Götz Julian, Richards Euan, Stepek Iain A, Takahashi Yu, Huang Yi-Lin, Bertschi Louis, Rubi Bertran, Bode Jeffrey W
Laboratory for Organic Chemistry, Department of Chemistry and Applied Biosciences, ETH Zürich, 8093 Zürich, Switzerland.
Molecular and Biomolecular Analysis Service (MoBiAS), Department of Chemistry and Applied Biosciences, ETH Zürich, 8093 Zürich, Switzerland.
Sci Adv. 2025 May 30;11(22):eadw6047. doi: 10.1126/sciadv.adw6047. Epub 2025 May 28.

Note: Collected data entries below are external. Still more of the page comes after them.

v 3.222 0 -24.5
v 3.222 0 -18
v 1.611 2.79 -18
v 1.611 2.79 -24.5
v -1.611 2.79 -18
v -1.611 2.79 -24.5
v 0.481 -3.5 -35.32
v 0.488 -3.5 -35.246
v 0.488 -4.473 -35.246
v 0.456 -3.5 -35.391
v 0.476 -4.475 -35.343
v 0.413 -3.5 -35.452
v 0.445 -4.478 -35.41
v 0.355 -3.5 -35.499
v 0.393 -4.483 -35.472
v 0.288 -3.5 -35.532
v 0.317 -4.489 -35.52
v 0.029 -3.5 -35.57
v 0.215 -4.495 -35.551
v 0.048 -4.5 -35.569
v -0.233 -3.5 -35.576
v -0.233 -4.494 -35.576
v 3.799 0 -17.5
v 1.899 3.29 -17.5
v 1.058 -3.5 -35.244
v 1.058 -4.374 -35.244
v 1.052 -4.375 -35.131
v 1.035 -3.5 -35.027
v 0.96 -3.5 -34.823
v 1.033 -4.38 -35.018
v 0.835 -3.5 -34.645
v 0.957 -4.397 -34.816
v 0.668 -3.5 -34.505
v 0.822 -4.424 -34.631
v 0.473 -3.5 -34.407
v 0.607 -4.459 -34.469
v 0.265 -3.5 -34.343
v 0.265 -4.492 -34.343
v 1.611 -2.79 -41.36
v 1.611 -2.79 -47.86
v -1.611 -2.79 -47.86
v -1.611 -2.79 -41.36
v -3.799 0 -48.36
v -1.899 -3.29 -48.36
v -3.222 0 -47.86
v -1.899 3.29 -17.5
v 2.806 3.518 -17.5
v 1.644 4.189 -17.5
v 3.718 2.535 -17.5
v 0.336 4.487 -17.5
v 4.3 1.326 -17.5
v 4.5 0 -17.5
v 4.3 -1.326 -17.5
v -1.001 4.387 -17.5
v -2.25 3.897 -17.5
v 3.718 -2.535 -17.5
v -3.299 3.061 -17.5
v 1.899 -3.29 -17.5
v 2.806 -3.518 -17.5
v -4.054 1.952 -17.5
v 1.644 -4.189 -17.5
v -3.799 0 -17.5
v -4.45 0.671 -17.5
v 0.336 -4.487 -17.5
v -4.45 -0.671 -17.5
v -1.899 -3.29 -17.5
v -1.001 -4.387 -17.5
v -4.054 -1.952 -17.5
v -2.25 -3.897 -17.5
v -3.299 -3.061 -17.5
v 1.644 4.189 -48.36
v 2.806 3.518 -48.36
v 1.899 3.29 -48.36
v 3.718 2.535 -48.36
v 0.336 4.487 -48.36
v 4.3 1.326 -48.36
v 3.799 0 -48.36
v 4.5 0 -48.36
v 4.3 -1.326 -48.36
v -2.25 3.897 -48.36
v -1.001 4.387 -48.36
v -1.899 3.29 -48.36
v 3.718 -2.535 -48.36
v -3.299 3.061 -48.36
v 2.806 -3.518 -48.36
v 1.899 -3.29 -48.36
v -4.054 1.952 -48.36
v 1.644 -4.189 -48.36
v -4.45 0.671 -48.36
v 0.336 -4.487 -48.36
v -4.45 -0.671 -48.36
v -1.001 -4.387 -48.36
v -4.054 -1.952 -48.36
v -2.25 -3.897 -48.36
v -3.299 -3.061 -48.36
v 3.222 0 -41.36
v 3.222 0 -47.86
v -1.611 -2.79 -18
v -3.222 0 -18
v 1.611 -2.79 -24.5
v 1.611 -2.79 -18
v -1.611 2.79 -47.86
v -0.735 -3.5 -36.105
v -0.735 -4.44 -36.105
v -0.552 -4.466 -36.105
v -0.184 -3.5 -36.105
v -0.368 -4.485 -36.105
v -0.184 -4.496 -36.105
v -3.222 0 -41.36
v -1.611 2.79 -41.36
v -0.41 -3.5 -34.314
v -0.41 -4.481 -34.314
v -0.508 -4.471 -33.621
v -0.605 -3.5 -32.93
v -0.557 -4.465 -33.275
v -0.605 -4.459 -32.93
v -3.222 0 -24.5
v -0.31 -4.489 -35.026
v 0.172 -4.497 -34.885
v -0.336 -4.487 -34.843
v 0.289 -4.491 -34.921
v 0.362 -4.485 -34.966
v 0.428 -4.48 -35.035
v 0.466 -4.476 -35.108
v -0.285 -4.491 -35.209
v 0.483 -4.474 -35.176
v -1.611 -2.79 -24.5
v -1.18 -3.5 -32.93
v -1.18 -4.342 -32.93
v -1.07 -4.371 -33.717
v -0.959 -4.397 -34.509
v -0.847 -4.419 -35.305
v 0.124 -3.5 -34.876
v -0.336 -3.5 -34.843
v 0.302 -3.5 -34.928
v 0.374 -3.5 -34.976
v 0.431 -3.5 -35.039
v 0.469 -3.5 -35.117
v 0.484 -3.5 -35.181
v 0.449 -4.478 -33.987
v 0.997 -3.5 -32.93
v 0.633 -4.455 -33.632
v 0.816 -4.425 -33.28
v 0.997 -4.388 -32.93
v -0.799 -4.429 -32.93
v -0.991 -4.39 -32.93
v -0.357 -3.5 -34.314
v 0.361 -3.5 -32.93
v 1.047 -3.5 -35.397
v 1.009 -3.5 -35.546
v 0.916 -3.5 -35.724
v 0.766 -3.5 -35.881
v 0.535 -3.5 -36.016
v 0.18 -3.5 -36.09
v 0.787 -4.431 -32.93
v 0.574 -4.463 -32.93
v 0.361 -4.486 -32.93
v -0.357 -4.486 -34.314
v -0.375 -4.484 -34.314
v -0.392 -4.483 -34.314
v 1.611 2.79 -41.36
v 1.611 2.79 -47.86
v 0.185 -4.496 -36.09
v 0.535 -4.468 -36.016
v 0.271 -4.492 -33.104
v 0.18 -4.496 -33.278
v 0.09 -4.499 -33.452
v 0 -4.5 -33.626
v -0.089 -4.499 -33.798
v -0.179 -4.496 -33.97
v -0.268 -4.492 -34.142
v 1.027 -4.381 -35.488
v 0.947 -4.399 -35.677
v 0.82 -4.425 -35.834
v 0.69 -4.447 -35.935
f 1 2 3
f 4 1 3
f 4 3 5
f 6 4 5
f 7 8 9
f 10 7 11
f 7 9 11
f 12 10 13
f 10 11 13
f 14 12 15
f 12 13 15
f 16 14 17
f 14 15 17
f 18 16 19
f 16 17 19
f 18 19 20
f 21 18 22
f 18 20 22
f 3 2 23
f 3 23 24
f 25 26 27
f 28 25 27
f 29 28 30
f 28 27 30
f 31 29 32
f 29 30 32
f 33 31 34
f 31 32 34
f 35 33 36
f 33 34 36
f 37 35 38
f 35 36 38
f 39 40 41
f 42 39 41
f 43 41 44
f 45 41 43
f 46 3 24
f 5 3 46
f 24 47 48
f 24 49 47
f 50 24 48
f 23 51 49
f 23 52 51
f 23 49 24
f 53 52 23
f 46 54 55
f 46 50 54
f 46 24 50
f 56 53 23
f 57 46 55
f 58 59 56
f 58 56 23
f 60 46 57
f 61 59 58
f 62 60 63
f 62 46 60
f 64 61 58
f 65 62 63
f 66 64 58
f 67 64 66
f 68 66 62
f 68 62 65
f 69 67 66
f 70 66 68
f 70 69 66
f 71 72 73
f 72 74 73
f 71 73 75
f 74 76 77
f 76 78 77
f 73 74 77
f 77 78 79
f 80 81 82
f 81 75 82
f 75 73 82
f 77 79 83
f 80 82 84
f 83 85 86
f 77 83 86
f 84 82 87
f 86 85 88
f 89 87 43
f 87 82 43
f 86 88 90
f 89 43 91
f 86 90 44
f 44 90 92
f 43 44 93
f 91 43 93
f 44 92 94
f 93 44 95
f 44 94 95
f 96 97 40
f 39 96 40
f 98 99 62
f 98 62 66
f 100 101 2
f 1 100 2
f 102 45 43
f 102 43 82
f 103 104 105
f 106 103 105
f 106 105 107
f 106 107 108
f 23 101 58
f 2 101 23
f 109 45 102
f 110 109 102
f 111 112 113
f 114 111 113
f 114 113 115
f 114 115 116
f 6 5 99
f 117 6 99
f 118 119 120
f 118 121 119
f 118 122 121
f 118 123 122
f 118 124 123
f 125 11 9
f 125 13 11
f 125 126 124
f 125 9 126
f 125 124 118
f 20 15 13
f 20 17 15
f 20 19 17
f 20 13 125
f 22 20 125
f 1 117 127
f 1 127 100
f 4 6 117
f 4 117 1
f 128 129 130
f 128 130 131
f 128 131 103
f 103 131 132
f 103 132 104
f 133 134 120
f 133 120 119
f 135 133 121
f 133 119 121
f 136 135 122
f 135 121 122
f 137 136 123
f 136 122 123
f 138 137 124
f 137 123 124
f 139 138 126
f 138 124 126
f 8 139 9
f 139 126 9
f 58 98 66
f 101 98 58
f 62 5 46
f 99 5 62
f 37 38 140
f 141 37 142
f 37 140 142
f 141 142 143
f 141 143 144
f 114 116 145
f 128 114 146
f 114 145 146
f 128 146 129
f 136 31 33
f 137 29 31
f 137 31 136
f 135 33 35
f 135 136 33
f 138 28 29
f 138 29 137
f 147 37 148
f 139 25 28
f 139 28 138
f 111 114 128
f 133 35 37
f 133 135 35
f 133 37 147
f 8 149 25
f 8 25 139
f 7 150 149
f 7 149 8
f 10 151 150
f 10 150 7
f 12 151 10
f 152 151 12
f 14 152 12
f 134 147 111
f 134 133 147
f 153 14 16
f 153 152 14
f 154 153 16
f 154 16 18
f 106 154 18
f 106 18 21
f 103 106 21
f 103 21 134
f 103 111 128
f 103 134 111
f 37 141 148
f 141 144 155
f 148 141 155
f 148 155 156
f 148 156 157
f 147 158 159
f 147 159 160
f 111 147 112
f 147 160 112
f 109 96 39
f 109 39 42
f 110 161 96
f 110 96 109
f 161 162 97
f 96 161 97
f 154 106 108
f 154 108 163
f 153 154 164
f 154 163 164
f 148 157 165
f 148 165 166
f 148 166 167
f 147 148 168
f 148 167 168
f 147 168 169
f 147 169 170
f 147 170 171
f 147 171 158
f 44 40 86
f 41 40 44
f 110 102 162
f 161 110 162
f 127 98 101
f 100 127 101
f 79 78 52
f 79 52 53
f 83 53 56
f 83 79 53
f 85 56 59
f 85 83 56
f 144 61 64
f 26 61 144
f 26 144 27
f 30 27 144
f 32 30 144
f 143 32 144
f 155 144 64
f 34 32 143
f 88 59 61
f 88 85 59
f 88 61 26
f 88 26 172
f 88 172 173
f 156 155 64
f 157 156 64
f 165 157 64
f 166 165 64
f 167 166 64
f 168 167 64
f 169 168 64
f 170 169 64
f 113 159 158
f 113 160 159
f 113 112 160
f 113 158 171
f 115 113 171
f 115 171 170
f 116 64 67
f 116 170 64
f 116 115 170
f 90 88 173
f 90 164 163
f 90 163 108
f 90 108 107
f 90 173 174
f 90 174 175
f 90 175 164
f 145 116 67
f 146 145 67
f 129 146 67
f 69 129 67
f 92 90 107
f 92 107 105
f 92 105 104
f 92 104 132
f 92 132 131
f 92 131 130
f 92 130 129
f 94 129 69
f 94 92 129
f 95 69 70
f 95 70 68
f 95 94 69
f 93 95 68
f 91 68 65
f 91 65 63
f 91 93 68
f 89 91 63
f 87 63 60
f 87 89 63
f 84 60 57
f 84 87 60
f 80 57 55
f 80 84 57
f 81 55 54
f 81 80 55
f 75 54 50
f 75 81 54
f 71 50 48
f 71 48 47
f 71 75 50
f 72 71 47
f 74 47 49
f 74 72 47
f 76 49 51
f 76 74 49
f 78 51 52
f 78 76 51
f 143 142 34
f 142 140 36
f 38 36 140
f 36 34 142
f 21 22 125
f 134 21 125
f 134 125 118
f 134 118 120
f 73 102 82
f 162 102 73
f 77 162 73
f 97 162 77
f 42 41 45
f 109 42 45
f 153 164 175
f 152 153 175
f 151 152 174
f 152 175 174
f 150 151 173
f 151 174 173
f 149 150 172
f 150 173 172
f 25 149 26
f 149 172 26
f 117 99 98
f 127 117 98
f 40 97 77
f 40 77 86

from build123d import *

# Parameters (mm, degrees)
SKETCH1_W          = 4.5
SKETCH1_H          = 30.85997733
CUT_EXTRUDE1_DEPTH = 7
CUT_EXTRUDE2_DEPTH = 7
CHAMFER1_SIZE      = 0.5
CUT_EXTRUDE3_DEPTH = 1


with BuildPart() as part:
    # Sketch1 → Revolve-Thin1 (revolve)
    with BuildSketch(Plane(origin=(0, 0, 0), x_dir=(1, 0, 0), z_dir=(0, 1, 0))):
        with Locations((2.25, 32.929988665)):
            Rectangle(SKETCH1_W, SKETCH1_H)
    revolve(axis=Axis((0, 0, 0), (0, 0, -1)))

    # Sketch2 → Cut-Extrude1 (cut)
    with BuildSketch(Plane.XY.offset(-17.5)):
        Polygon((1.610807251, 2.79), (-1.610807251, 2.79), (-3.221614502, 0), (-1.610807251, -2.79), (1.610807251, -2.79), (3.221614502, 0), align=None)
    extrude(amount=-CUT_EXTRUDE1_DEPTH, mode=Mode.SUBTRACT)

    # Sketch3 → Cut-Extrude2 (cut)
    with BuildSketch(Plane(origin=(0, 0, -48.35997733), x_dir=(-1, 0, 0), z_dir=(0, 0, -1))):
        Polygon((1.610807251, 2.79), (-1.610807251, 2.79), (-3.221614502, 0), (-1.610807251, -2.79), (1.610807251, -2.79), (3.221614502, 0), align=None)
    extrude(amount=-CUT_EXTRUDE2_DEPTH, mode=Mode.SUBTRACT)

    # Chamfer1
    chamfer1_edges = [part.edges().sort_by_distance(p)[0] for p in [
        (2.416210877, 1.395, -17.5),
        (0, 2.79, -17.5),
        (-2.416210877, 1.395, -17.5),
        (-2.416210877, -1.395, -17.5),
        (0, -2.79, -17.5),
        (2.416210877, -1.395, -17.5),
        (-2.416210877, 1.395, -48.35997733),
        (0, 2.79, -48.35997733),
        (2.416210877, 1.395, -48.35997733),
        (2.416210877, -1.395, -48.35997733),
        (0, -2.79, -48.35997733),
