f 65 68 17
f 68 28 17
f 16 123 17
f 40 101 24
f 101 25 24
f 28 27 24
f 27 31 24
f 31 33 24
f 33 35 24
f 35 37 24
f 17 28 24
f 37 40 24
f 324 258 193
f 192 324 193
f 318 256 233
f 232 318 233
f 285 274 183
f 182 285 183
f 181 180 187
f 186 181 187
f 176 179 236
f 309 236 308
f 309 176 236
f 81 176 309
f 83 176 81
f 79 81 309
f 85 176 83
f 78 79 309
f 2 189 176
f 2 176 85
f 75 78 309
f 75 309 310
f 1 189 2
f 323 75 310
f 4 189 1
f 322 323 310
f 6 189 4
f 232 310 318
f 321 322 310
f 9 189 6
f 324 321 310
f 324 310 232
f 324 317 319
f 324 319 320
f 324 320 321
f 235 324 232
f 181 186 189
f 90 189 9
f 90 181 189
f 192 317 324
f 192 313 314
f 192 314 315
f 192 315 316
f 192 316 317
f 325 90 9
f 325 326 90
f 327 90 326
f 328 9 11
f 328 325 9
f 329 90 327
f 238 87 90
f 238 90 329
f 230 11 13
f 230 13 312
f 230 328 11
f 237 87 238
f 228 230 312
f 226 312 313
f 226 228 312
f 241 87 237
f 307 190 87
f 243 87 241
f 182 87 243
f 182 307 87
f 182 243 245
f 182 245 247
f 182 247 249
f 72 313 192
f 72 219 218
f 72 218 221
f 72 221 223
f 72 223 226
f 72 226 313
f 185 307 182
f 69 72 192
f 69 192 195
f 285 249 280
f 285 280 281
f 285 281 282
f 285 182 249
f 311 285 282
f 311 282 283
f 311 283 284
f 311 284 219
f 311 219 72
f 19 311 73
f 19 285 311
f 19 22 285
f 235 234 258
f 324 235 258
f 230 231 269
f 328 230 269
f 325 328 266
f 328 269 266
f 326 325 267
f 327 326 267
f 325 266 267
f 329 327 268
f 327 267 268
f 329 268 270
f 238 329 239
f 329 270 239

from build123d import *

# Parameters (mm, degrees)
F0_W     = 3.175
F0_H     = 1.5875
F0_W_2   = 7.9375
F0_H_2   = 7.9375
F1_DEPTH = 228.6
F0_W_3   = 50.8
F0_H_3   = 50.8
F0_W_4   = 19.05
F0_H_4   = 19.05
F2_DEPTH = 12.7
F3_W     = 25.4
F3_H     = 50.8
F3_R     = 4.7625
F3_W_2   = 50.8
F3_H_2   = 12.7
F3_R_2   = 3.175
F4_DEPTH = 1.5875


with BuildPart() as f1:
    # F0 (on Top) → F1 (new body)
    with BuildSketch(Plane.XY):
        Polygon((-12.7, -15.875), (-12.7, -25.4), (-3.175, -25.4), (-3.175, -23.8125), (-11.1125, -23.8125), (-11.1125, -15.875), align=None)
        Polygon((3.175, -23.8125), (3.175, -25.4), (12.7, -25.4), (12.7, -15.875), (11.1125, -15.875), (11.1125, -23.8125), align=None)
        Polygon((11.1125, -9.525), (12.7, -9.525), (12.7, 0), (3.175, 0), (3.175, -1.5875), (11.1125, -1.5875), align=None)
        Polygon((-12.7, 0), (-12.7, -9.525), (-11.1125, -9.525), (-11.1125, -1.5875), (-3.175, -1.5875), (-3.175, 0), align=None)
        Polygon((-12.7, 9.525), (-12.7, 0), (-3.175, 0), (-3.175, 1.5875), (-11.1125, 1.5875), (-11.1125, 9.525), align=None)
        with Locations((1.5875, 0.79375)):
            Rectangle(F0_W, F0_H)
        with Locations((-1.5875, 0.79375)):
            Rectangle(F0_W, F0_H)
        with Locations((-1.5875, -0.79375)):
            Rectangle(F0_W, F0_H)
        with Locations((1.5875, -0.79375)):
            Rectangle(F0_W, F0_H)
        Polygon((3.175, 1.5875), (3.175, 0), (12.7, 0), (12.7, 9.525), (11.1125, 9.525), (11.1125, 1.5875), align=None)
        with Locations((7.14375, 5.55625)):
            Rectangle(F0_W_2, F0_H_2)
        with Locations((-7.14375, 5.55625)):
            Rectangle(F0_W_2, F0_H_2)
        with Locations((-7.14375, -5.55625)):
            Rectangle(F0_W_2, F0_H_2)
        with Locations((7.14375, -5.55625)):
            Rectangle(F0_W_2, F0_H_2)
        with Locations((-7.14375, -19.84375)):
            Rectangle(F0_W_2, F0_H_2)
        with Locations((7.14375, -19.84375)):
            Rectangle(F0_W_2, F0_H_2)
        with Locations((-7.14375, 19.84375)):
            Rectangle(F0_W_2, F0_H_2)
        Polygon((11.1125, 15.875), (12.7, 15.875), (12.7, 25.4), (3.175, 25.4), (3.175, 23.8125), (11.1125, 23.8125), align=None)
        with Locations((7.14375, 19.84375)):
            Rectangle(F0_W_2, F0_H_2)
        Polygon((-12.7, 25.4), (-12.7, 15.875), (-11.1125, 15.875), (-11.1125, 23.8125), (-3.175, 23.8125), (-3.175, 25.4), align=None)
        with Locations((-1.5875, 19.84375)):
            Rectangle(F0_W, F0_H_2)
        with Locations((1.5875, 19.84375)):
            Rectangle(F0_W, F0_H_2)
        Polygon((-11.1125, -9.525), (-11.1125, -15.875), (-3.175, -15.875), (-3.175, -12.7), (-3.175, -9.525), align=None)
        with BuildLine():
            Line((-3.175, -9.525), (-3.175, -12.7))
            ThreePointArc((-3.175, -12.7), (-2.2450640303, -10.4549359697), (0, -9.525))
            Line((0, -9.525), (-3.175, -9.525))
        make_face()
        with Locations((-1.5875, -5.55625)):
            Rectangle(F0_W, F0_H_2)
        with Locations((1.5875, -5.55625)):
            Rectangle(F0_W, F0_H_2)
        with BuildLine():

Efficient drug discovery depends on reliable synthetic access to candidate molecules, but emerging machine learning approaches to predicting reaction outcomes are hampered by poor availability of high-quality data. Here, we demonstrate an on-demand synthesis platform based on a three-component reaction that delivers drug-like molecules. Miniaturization and automation enable the execution and analysis of 50,000 distinct reactions on a 3-microliter scale from 193 different substrates, producing the largest public reaction outcome dataset. With machine learning, we accurately predict the result of unknown reactions and analyze the impact of dataset size on model training, both enabling accurate outcome predictions even for unseen reactants and providing a sufficiently large dataset to critically evaluate emerging machine learning approaches to chemical reactivity.
高效的药物发现依赖于对候选分子的可靠合成途径,但新兴的预测反应结果的机器学习方法因高质量数据的可用性差而受到阻碍。在这里,我们展示了一个基于三组分反应的按需合成平台,该平台能提供类药物分子。小型化和自动化使得能够在3微升规模上从193种不同的底物执行和分析50000个不同的反应,从而产生了最大的公开反应结果数据集。通过机器学习,我们准确地预测了未知反应的结果,并分析了数据集大小对模型训练的影响,这两者既能够对未见反应物准确预测反应结果,又能提供一个足够大的数据集来严格评估新兴的化学反应性机器学习方法。